On Fri, 8 Apr 2005, Bruce Lilly wrote:
On Fri April 8 2005 11:30, Tony Finch wrote:
On Tue, 5 Apr 2005, Bruce Lilly wrote:
   o Architecturally, all messages must pass through at least one
     Gateway (which may be implemented in conjunction with an MTA, MDA,
     or even MUA).  [this is necessary to accomplish MIME
     message/partial reassembly as detailed in RFC 1344].

I don't think it's helpful to describe the MIME functionality in an
MUA as something to do with gatewaying because the MUA is not a
transport-level entity. It's only necessary for gateways to implement
MIME in order for them to properly handle the mismatch between
Internet email and some other email system, so the MIME handling is a
secondary feature rather than something fundamental to gateways.

Please see RFC 1344 sections "Fragmenting and Reassembling Large
Messages" and "Using or Removing External-Body Pointers" and then
look  at http://www.kb.cert.org/vuls/id/836088.  My initial response
upon hearing of that supposed "new" "exploit" are recorded at
http://lists.sans.org/pipermail/list/2002-September/054081.html
and I stand by those remarks.

That all addresses reassembly when gatewaying.
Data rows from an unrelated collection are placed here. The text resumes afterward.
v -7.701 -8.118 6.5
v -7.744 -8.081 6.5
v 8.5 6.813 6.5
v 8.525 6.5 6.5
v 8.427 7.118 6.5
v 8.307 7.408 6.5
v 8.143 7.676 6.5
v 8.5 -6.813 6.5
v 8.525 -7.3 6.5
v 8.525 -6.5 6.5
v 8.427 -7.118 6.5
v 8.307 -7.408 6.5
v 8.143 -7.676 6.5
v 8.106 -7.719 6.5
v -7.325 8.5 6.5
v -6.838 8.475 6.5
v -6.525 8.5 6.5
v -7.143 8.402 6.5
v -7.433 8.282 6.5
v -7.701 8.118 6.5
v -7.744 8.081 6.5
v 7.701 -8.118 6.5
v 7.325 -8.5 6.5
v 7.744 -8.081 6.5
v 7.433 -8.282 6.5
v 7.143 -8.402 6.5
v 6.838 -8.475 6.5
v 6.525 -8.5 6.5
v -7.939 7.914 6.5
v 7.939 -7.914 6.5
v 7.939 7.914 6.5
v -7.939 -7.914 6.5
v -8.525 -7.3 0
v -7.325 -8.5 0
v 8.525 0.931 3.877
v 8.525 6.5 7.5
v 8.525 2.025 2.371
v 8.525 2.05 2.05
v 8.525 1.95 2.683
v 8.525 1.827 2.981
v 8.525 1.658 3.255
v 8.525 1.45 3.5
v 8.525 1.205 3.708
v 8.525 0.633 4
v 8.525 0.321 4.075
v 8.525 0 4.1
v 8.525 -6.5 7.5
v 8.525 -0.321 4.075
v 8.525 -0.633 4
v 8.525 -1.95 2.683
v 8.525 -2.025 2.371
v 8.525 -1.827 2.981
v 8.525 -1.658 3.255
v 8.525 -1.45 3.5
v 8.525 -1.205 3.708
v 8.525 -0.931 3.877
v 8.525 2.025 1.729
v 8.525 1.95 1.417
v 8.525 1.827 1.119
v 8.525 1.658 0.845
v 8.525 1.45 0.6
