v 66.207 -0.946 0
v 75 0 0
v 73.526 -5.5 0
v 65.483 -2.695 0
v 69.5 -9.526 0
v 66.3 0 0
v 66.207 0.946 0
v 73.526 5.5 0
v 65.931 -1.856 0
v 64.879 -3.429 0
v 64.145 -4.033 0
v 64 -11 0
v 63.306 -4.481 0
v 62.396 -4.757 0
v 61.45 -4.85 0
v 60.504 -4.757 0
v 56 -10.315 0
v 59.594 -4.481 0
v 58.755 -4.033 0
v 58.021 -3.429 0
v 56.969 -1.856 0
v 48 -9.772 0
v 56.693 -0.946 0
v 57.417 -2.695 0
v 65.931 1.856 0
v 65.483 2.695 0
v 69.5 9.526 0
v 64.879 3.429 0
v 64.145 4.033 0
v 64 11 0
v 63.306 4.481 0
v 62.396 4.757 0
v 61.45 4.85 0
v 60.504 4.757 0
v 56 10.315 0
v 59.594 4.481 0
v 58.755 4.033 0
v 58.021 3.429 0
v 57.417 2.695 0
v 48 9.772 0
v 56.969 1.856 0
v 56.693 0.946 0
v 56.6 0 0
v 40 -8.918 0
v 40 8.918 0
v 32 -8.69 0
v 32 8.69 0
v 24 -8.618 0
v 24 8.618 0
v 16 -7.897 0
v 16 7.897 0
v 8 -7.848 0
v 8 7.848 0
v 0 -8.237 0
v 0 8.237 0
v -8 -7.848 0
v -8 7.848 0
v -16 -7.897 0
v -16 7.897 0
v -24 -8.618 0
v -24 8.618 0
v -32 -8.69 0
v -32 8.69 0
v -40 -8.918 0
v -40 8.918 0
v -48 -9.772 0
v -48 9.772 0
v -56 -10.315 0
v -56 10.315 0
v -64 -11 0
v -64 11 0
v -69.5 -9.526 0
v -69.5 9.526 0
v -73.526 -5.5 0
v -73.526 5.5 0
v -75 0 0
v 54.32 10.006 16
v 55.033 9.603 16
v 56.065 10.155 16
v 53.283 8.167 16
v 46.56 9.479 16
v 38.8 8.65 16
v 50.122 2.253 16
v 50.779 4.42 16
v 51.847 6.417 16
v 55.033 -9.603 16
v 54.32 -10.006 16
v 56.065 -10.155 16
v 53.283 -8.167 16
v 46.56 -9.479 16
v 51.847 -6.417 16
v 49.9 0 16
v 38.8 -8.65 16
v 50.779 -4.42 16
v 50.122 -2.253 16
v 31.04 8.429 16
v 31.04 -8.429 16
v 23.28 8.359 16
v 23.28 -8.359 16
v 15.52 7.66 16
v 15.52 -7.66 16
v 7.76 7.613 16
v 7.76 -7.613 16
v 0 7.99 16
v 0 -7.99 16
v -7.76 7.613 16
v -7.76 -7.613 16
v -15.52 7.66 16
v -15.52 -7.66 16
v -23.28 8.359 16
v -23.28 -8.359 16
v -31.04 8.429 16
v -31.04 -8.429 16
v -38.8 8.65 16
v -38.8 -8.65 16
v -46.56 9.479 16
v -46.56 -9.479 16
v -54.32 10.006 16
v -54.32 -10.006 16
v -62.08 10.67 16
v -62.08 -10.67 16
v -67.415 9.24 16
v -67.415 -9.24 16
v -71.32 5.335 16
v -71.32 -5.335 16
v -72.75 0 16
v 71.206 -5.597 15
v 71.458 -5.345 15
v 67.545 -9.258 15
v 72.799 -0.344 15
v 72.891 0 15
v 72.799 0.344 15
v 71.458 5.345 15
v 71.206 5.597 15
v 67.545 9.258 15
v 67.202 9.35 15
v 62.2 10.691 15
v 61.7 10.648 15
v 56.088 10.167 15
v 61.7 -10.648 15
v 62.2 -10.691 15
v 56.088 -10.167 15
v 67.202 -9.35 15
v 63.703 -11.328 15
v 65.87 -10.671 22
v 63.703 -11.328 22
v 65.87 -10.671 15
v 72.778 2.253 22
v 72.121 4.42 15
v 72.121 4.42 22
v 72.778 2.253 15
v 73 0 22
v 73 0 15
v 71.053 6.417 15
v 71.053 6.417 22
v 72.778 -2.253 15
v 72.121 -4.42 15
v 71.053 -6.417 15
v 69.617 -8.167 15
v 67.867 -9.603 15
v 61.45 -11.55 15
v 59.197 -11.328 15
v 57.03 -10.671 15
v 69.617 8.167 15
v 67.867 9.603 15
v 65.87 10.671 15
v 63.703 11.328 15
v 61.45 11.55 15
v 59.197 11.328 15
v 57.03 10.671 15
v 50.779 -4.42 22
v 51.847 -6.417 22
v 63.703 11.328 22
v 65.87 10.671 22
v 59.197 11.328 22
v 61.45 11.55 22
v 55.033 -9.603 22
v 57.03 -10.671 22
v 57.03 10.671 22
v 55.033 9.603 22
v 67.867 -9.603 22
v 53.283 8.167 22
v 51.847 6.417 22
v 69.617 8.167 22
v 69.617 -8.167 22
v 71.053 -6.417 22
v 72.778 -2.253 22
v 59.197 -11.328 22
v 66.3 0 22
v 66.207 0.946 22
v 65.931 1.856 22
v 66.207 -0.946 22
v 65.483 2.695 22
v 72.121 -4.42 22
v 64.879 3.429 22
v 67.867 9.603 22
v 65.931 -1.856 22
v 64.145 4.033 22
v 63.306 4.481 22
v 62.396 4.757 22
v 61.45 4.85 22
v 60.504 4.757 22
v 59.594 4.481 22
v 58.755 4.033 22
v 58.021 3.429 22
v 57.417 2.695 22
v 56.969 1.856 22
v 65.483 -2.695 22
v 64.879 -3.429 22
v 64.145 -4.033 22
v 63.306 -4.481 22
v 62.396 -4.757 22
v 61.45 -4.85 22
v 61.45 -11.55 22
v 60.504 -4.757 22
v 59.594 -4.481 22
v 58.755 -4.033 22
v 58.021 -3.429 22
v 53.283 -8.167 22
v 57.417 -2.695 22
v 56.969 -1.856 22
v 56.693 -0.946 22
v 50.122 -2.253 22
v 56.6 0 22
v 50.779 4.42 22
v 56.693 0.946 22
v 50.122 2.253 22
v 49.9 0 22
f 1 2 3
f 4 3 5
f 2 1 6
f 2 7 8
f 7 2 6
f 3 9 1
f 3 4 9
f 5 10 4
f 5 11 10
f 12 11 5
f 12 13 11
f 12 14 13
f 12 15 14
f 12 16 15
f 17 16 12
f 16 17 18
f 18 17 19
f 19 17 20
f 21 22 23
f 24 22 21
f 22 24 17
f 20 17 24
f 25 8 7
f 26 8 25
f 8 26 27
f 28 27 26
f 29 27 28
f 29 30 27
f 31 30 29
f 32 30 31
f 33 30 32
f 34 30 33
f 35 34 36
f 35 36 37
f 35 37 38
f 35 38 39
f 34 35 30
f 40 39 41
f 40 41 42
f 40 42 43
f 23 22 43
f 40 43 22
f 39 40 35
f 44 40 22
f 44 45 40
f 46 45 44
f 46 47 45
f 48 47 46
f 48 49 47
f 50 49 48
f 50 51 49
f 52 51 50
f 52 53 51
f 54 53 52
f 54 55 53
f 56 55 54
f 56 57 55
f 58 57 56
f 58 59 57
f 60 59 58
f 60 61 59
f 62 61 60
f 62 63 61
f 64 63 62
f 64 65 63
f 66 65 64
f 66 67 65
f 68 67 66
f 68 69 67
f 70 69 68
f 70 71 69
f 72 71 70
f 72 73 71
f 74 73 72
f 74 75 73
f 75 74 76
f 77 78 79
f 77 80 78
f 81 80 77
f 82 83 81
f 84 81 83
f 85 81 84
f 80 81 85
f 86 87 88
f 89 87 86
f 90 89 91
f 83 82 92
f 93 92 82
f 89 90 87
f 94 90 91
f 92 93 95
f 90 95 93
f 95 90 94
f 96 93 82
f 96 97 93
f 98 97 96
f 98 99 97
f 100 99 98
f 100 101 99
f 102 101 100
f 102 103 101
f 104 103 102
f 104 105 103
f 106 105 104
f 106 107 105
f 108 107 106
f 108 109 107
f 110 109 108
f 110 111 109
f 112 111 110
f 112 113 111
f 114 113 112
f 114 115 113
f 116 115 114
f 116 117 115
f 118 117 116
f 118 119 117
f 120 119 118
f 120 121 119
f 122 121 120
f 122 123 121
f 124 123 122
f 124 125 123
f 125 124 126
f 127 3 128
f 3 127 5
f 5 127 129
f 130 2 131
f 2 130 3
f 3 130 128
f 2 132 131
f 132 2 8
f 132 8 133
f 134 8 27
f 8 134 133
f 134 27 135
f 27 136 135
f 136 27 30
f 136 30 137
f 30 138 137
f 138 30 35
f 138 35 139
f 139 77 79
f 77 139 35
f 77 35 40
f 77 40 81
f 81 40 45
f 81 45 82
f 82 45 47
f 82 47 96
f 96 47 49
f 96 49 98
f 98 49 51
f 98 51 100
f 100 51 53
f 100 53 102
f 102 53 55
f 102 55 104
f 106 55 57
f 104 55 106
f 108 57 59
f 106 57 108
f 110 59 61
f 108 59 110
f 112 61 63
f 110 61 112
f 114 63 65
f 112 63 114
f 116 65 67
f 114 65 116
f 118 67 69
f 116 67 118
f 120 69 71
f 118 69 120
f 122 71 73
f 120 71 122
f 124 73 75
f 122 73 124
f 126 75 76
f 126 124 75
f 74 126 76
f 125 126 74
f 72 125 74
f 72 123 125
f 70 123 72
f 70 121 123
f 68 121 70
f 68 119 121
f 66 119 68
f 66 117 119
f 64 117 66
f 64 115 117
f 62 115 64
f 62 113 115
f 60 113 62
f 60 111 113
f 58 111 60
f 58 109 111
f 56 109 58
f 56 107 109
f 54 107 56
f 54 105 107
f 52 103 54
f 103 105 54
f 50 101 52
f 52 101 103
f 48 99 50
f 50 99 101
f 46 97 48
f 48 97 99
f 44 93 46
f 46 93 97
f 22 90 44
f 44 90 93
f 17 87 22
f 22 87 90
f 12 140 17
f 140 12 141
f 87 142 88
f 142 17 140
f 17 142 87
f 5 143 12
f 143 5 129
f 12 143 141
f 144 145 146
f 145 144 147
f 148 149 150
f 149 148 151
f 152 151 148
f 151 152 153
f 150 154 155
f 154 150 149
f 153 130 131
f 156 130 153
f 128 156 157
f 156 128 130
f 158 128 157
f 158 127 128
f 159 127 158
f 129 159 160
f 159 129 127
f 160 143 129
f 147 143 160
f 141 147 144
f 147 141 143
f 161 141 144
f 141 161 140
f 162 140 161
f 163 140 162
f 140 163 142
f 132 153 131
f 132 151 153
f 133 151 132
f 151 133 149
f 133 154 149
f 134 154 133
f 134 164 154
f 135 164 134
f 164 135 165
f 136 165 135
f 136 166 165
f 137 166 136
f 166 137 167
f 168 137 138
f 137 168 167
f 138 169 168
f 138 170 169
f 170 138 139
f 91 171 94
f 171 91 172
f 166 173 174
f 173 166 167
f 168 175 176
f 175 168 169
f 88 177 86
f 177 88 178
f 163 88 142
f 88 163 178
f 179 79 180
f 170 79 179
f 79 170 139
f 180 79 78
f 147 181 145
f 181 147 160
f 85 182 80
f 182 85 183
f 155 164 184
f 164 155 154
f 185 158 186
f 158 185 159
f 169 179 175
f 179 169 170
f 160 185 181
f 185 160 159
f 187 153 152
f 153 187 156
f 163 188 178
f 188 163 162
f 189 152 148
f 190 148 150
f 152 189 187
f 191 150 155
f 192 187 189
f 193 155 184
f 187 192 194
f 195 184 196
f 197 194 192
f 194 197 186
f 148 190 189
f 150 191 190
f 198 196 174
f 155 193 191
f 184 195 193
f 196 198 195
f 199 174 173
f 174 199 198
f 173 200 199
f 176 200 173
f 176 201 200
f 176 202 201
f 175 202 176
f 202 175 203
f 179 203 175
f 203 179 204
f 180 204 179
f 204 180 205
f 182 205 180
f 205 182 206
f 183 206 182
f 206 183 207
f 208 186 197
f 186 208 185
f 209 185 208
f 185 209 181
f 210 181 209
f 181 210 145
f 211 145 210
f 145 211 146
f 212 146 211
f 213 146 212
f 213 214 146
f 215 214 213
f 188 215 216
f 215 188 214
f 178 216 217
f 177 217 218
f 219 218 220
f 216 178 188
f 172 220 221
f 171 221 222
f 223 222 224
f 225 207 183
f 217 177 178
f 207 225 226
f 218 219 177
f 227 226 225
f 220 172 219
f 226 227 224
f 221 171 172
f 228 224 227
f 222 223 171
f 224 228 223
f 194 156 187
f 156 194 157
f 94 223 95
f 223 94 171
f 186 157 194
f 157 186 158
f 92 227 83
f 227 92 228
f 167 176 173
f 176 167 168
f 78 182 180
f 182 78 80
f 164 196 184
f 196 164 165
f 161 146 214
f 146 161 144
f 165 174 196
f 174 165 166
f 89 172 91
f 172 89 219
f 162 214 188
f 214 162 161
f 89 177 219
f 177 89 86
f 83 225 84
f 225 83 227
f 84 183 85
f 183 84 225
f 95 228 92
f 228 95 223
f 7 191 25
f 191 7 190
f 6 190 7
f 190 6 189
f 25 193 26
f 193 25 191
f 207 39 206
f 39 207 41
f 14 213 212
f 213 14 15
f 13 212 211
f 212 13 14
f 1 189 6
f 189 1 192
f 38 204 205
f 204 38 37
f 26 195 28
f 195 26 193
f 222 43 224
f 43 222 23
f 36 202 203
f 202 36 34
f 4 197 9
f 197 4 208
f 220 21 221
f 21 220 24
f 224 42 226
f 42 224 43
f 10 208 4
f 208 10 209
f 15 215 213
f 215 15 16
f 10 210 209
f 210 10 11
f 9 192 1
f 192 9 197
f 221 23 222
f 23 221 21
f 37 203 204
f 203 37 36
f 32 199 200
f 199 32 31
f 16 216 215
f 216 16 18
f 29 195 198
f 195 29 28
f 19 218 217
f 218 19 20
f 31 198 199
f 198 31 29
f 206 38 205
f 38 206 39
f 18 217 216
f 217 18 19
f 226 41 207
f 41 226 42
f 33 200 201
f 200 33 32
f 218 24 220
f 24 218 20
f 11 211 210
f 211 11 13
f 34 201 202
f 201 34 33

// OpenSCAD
$fn = 32;

// ----------------------------------------------------------------------
// Handle: 150 x 22 mm grip, 16 mm thick
// ----------------------------------------------------------------------

// --- parameters (mm) ---
length = 150;             // grip length
width = 22;               // grip width
thickness = 16;           // grip thickness
waist = 0.72;             // width factor at the middle
draft = 0.97;             // top face scale of the extrusion
scallops = 5;             // finger rests per side
ripple = 0.04;            // depth factor of the finger rests
boss_d = 23.1;            // mounting boss diameter
boss_h = 6;               // mounting boss height
boss_hole_d = 9.7;        // screw clearance through the boss
boss_r = 61.45;           // boss centre from the grip centre

/* ergonomic grip outline, closed spline-like polygon in the XY plane */
grip = [[-64, 11], [-56, 10.315], [-48, 9.772], [-40, 8.918], [-32, 8.69], [-24, 8.618], [-16, 7.897], [-8, 7.848], [0, 8.237], [8, 7.848], [16, 7.897], [24, 8.618], [32, 8.69], [40, 8.918], [48, 9.772], [56, 10.315], [64, 11], [69.5, 9.526], [73.526, 5.5], [75, 0], [73.526, -5.5], [69.5, -9.526], [64, -11], [64, -11], [56, -10.315], [48, -9.772], [40, -8.918], [32, -8.69], [24, -8.618], [16, -7.897], [8, -7.848], [0, -8.237], [-8, -7.848], [-16, -7.897], [-24, -8.618], [-32, -8.69], [-40, -8.918], [-48, -9.772], [-56, -10.315], [-64, -11], [-69.5, -9.526], [-73.526, -5.5], [-75, 0], [-73.526, 5.5], [-69.5, 9.526], [-64, 11]];

module grip_body() {
  linear_extrude(height = thickness, scale = draft) polygon(grip);
}

module boss_body() {
  /* sunk 1 mm into the grip so the joint overlaps */
  translate([boss_r, 0, thickness - 1]) cylinder(h = boss_h + 1, d = boss_d);
}

difference() {
  union() {
    grip_body();
    boss_body();
  }
  translate([boss_r, 0, -1]) cylinder(h = thickness + boss_h + 2, d = boss_hole_d);
}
I'm talking about a
situation without filtering and using only Internet protocols, where the
only place that needs to perform reassembly is the MUA, and there is
nothing performing the architectural role of gateway.


Sieve continues to evolve; there is a recent proposal for
"vacation"-like functionality; would you really like to receive a dozen
notifications because a message was fragmented in transit?

Sieve requires that a correspondent does not receive multiple copies of
the vacation notification within a reasonable period of a time (e.g. a
week) which deals with that problem.

Tony.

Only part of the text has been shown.